General intelligence may be a condition for personhood, but it is not co-extensive with it. It only appears to be because a) theoretical intelligence is usually indexed to practical problem solving capacity, and b) selfhood is usually reduced to some default drive for survival.

Restricting ourselves to theoretical competence for now, the Turing test gives us some schema for specific forms of competence (e.g., ability to deploy expert terminology or answer domain specific questions), but it also gives us purchase on a more general form of competence.

This general form of competence is precisely what all interfaces for specialized systems currently lack, but which even the least competent call centre worker possesses. It is what user interface design will ultimately converge on, namely, open ended discursive interaction.

There could be a generally competent user interface agent which was nevertheless not autonomous. It could in fact be more competent than even the best call centre workers, and still not be a person. The question is: what is it to recognise such an agent?

I think that such recognition is importantly mutual: each party can anticipate the behaviour of the other sufficiently well to guarantee well-behaved, and potentially non-terminating discursive interaction. I can simulate the interface simulating me, and vice-versa.

Indeed, two such interface agents could authenticate one another in this way, such that they could pursue open ended conversations that modulate the relations between the systems they speak for, all without having their own priorities beyond those associated with these systems.

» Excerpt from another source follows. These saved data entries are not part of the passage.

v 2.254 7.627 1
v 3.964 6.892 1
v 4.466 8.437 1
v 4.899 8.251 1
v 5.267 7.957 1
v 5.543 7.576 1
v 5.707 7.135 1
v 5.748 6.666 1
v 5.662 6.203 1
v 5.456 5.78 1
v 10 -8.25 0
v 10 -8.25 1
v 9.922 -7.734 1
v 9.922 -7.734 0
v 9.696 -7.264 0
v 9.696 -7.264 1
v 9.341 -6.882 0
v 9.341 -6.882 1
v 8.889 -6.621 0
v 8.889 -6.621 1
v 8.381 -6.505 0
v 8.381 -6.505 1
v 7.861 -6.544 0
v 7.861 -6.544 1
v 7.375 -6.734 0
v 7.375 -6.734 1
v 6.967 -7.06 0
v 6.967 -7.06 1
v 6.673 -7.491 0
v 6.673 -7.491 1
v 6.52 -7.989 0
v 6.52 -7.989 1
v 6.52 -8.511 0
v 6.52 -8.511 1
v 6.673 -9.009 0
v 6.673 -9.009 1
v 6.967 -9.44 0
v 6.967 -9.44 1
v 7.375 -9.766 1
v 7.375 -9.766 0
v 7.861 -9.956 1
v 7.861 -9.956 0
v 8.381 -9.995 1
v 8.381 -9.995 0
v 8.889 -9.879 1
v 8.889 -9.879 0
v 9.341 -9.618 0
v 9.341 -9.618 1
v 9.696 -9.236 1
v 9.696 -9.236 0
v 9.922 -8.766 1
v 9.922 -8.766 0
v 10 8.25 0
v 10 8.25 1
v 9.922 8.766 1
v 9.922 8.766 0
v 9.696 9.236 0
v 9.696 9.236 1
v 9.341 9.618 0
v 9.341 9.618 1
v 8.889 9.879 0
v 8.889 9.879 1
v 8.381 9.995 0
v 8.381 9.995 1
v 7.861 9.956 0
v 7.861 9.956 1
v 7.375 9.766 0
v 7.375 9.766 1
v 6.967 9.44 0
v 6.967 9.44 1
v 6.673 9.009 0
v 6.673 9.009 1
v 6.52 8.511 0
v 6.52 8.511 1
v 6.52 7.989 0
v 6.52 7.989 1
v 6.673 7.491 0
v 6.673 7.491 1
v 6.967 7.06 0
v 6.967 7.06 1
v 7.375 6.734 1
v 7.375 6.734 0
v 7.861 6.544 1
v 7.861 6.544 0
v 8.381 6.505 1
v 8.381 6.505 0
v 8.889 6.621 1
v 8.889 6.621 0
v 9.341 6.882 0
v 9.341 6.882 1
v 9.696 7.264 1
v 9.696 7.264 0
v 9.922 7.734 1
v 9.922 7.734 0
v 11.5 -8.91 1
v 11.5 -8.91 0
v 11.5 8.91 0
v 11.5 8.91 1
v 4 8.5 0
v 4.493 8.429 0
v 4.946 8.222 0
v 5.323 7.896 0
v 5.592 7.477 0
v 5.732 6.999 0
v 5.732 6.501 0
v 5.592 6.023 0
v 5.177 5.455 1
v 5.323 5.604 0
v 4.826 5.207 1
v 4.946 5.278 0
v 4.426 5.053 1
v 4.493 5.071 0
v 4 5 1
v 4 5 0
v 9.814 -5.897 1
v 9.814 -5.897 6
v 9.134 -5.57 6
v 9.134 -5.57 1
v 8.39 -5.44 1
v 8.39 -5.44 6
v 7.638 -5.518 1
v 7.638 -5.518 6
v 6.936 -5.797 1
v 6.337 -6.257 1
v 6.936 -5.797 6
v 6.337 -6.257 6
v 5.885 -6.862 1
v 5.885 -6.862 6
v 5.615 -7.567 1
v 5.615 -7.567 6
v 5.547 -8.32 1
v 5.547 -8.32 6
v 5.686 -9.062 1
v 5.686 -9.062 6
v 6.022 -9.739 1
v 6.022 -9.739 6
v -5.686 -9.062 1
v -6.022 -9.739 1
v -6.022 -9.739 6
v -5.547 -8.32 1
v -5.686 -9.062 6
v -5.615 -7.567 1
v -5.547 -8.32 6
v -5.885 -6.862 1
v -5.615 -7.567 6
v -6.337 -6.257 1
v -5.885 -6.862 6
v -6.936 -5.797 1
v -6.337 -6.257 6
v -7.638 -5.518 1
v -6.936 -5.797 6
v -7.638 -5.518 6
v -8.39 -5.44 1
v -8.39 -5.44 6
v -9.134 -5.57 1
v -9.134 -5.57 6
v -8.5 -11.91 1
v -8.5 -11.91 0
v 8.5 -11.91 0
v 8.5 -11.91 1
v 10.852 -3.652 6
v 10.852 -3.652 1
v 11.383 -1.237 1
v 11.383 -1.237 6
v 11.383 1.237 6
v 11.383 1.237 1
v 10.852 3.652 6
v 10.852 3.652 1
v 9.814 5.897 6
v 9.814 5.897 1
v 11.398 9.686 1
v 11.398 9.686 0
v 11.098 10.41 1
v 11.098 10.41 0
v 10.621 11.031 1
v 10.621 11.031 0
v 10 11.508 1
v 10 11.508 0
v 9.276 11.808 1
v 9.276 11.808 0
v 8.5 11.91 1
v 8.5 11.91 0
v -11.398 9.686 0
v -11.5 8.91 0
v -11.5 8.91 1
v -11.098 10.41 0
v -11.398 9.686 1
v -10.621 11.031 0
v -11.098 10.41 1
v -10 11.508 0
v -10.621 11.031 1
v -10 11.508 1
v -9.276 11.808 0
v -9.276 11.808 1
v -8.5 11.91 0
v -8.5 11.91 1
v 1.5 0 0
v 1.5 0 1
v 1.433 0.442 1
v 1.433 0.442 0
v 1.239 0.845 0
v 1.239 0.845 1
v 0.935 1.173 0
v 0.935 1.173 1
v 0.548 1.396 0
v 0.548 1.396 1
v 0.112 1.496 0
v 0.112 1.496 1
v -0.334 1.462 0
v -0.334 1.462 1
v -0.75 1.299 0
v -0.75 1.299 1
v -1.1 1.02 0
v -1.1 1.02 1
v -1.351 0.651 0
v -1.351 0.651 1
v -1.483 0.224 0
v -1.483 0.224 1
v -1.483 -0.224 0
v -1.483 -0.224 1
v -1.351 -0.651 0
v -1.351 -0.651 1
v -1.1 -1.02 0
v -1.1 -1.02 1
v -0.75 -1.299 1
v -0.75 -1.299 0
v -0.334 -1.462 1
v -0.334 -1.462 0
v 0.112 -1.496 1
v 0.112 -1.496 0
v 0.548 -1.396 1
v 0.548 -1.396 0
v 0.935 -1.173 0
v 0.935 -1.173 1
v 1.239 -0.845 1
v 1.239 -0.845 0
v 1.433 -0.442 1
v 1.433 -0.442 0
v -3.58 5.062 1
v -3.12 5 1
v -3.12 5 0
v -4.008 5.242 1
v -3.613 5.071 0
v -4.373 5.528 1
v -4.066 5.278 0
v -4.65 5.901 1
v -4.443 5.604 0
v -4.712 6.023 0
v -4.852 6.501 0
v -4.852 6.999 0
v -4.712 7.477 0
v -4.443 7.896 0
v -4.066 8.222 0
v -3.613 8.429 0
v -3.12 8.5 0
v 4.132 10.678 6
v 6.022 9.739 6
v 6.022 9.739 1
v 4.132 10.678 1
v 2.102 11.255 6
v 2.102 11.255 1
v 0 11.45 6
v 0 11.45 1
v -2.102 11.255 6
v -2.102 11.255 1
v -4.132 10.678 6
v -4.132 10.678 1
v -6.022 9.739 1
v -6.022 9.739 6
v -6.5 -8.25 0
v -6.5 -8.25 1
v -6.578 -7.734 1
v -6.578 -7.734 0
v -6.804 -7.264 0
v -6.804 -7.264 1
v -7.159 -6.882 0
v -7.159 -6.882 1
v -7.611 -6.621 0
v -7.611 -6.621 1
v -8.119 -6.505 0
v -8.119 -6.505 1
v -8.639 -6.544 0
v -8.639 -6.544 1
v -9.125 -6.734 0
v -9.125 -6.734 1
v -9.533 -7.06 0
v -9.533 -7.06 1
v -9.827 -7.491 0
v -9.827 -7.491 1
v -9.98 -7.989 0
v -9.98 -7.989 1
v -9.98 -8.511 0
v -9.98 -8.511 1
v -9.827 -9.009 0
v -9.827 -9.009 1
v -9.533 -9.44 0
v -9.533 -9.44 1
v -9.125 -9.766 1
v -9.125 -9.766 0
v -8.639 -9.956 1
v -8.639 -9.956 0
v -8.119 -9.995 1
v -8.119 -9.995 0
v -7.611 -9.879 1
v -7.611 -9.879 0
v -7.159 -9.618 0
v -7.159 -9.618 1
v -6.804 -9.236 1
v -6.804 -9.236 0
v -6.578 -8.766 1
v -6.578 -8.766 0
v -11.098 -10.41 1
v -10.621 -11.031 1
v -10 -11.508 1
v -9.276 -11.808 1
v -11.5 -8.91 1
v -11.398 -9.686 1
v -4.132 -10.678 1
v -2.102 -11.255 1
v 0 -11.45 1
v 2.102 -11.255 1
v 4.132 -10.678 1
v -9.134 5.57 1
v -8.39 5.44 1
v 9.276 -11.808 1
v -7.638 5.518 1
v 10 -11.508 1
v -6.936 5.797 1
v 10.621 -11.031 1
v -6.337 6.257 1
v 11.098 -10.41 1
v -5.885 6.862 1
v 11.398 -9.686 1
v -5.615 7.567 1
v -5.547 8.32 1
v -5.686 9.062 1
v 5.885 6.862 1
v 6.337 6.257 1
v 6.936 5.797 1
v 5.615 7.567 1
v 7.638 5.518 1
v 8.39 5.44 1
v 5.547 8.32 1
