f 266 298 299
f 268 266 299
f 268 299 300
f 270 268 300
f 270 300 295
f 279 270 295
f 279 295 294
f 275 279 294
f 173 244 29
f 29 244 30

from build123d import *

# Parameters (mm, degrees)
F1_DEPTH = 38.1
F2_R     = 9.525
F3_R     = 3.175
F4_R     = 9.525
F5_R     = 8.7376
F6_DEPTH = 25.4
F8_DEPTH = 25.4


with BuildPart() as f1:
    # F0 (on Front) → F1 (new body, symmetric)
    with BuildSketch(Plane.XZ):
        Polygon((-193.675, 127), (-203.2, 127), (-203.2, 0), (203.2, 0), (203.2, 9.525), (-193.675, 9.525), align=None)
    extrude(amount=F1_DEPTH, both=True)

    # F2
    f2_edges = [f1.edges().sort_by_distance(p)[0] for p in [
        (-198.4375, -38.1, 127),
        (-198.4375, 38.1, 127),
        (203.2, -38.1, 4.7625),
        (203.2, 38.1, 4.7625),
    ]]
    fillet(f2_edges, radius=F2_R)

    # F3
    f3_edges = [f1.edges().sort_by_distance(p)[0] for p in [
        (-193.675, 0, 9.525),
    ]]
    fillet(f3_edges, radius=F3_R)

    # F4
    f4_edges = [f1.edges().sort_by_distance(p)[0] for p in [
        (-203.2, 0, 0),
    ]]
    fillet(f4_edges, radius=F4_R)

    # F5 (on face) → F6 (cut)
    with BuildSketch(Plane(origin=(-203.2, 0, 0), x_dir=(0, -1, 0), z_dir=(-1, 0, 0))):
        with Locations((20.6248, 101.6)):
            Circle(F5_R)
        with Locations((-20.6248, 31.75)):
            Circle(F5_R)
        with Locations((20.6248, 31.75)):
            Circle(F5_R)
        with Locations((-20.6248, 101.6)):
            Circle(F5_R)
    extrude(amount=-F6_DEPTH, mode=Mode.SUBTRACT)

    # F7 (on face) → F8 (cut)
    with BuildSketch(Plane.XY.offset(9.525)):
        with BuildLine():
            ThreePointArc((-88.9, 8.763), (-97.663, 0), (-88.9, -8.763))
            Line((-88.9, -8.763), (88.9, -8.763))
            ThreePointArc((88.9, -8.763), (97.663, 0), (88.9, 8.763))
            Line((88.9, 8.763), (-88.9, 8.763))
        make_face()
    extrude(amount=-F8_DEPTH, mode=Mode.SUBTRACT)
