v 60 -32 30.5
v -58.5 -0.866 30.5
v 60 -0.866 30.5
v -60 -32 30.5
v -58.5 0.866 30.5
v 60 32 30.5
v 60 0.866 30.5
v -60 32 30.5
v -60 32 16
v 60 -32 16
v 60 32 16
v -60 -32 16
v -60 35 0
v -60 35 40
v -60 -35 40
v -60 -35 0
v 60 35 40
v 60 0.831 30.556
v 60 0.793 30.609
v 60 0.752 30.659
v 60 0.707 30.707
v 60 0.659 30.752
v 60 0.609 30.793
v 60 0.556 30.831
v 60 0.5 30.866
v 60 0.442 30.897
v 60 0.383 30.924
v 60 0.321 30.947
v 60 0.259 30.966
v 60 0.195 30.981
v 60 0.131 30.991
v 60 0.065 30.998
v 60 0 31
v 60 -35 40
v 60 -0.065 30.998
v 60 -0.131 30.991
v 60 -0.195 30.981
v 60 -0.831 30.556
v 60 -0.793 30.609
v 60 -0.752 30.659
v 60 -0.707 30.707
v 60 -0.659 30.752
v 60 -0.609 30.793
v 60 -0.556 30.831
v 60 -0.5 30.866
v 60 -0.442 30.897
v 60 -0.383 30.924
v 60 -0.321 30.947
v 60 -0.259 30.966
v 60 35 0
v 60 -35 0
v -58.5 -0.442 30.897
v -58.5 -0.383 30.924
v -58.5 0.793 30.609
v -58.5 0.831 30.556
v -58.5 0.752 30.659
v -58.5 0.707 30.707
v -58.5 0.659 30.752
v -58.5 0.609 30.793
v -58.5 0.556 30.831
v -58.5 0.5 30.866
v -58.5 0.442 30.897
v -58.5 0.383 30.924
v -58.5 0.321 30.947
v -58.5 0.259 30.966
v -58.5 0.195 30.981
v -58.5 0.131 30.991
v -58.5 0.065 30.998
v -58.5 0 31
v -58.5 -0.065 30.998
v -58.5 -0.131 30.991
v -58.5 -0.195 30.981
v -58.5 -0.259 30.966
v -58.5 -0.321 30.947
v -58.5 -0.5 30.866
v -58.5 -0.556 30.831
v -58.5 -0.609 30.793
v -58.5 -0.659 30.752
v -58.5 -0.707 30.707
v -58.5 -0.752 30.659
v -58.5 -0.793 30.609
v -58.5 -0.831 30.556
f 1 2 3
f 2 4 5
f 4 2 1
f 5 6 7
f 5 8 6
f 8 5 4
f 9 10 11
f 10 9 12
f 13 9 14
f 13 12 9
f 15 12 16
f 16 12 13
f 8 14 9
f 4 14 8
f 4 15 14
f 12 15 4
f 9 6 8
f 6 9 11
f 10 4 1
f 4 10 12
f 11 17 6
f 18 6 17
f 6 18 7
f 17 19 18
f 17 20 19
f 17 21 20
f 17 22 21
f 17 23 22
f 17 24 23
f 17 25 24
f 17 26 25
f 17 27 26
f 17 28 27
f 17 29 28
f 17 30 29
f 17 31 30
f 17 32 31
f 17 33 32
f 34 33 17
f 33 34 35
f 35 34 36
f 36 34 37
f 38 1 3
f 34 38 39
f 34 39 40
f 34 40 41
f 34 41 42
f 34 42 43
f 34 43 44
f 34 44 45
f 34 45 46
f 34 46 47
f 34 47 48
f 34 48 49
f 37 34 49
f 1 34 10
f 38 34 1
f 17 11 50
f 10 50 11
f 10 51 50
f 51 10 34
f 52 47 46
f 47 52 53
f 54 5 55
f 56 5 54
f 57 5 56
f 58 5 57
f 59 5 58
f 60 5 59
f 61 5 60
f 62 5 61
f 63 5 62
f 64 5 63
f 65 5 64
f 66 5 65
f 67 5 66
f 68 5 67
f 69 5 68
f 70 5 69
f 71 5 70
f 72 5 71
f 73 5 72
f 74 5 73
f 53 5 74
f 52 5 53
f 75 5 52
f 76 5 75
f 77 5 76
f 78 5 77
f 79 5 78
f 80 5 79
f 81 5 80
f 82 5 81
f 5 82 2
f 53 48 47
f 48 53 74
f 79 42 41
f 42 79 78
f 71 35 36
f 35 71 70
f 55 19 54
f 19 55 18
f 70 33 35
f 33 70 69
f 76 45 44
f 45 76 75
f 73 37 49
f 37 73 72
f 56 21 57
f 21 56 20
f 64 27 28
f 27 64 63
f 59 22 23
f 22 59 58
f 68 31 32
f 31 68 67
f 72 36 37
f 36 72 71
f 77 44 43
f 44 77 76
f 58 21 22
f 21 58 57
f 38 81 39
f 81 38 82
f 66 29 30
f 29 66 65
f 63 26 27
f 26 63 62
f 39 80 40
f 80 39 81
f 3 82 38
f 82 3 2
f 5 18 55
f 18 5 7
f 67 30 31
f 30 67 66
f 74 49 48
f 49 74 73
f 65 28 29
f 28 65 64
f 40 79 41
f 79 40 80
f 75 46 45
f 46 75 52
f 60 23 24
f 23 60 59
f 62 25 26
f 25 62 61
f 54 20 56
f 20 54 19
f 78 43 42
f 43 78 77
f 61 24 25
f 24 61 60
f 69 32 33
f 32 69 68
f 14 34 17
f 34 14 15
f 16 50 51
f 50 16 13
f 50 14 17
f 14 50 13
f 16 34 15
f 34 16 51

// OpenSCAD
// Mini horizontal gel-electrophoresis box - buffer tank
// Print orientation: tank rests on XY plane at z = 0, builds upward (+Z)

// ---------------- Parameters ----------------
tank_x      = 120;   // outer length along X (mm)
tank_y      = 70;    // outer width along Y (mm)
tank_h      = 40;    // outer height along Z (mm)
wall        = 3;     // wall thickness (mm)
floor       = 3;     // floor thickness (mm)

platform_x  = 60;    // platform length along X (mm), centred
platform_y  = tank_y - 2 * wall;  // platform spans full inner width (mm)
platform_top = 13;   // platform top height above inner floor (mm) -> z = floor + platform_top

hole_d      = 2;     // electrode hole diameter (mm)
hole_y      = 0;     // electrode hole Y position (mm)
hole_z      = 30;    // electrode hole Z position (mm)

eps         = 0.5;   // cutter overshoot past faces (mm)
$fn         = 96;    // curve resolution

// ---------------- Derived ----------------
inner_floor_z = floor;
platform_z    = inner_floor_z + platform_top;
chamber_h     = hole_z - platform_z;   // height of buffer chambers above platform

// ---------------- Model ----------------
difference() {
    // Tank body: outer block with floor and walls, open top
    translate([-tank_x/2, -tank_y/2, 0])
        cube([tank_x, tank_y, tank_h]);

    // Cut out the two end buffer chambers above the platform
    for (sx = [-1, 1]) {
        translate([sx > 0 ? tank_x/2 - platform_x : -tank_x/2, -platform_y/2, platform_z])
            cube([platform_x, platform_y, chamber_h + eps]);
    }

    // Horizontal electrode holes through each end wall, along X
    for (sx = [-1, 1]) {
        translate([sx * (tank_x/2 - hole_d/2 - eps), hole_y, hole_z])
            rotate([0, 90, 0])
                cylinder(d = hole_d, h = tank_x + 2*eps);
    }
}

However, mutual recognition proper requires more than this sort of mutual authentication. It requires that, although we can predict that our discursive interaction will be well-behaved, the way it will evolve, and whether it will terminate, is to some extent unpredictable.

I can simulate you simulating me, but only up to a point. Each of us is an elusive trajectory traversing the space of possible beliefs and desires, evolving in response to its encounters will the world and its peers, in a contingent if more or less consistent manner.

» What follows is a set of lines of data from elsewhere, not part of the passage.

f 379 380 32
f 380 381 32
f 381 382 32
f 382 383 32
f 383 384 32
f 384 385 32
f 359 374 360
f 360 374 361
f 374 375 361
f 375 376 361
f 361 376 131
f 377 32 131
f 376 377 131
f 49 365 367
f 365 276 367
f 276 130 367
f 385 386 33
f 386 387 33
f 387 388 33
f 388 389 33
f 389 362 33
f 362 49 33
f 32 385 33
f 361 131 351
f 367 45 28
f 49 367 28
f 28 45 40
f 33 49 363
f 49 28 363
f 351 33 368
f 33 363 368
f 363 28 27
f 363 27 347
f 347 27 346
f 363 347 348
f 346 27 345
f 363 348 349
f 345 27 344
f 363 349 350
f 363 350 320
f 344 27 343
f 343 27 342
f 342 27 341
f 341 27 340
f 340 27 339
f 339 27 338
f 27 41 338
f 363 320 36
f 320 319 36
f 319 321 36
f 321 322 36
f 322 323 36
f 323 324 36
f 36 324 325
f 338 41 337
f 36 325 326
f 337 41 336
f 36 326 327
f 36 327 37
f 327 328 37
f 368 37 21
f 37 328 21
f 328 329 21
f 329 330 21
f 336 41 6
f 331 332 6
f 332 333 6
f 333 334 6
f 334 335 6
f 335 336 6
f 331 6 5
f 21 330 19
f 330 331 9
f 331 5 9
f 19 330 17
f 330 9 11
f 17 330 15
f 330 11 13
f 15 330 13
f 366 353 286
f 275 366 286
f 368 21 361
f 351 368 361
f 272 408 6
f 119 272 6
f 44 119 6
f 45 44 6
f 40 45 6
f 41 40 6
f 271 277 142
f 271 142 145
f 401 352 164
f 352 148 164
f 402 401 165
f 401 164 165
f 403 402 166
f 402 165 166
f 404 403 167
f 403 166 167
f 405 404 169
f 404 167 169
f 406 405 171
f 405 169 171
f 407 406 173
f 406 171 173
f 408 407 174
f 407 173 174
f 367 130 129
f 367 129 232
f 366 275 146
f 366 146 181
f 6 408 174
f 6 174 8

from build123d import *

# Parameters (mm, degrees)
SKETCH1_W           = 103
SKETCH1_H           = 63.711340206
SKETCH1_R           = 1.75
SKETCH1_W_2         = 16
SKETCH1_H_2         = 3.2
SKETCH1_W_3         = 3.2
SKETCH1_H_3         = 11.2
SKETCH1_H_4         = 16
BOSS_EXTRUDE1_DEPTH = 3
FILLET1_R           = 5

The self makes this trajectory possible: not just a representation of who we are, but who we want to be, which integrates our drives into a more or less cohesive set of preferences and projects, and evolves along with them and the picture of the world they’re premised on.

This is where Hegel becomes especially relevant, insofar as he understands the extent to which the economy of desire is founded upon self-valorisation, as opposed to brute survival. This is basis of the dialectic of Self-Consciousness in the Phenomenology of Spirit.

The initial moment of ‘Desire’ describes valorisation without any content, the bare experience of agency in negating things as they are. The really interesting stuff happens when two selves meet, and the ‘Life and Death Struggle’ commences. Here we have valorisation vs. survival.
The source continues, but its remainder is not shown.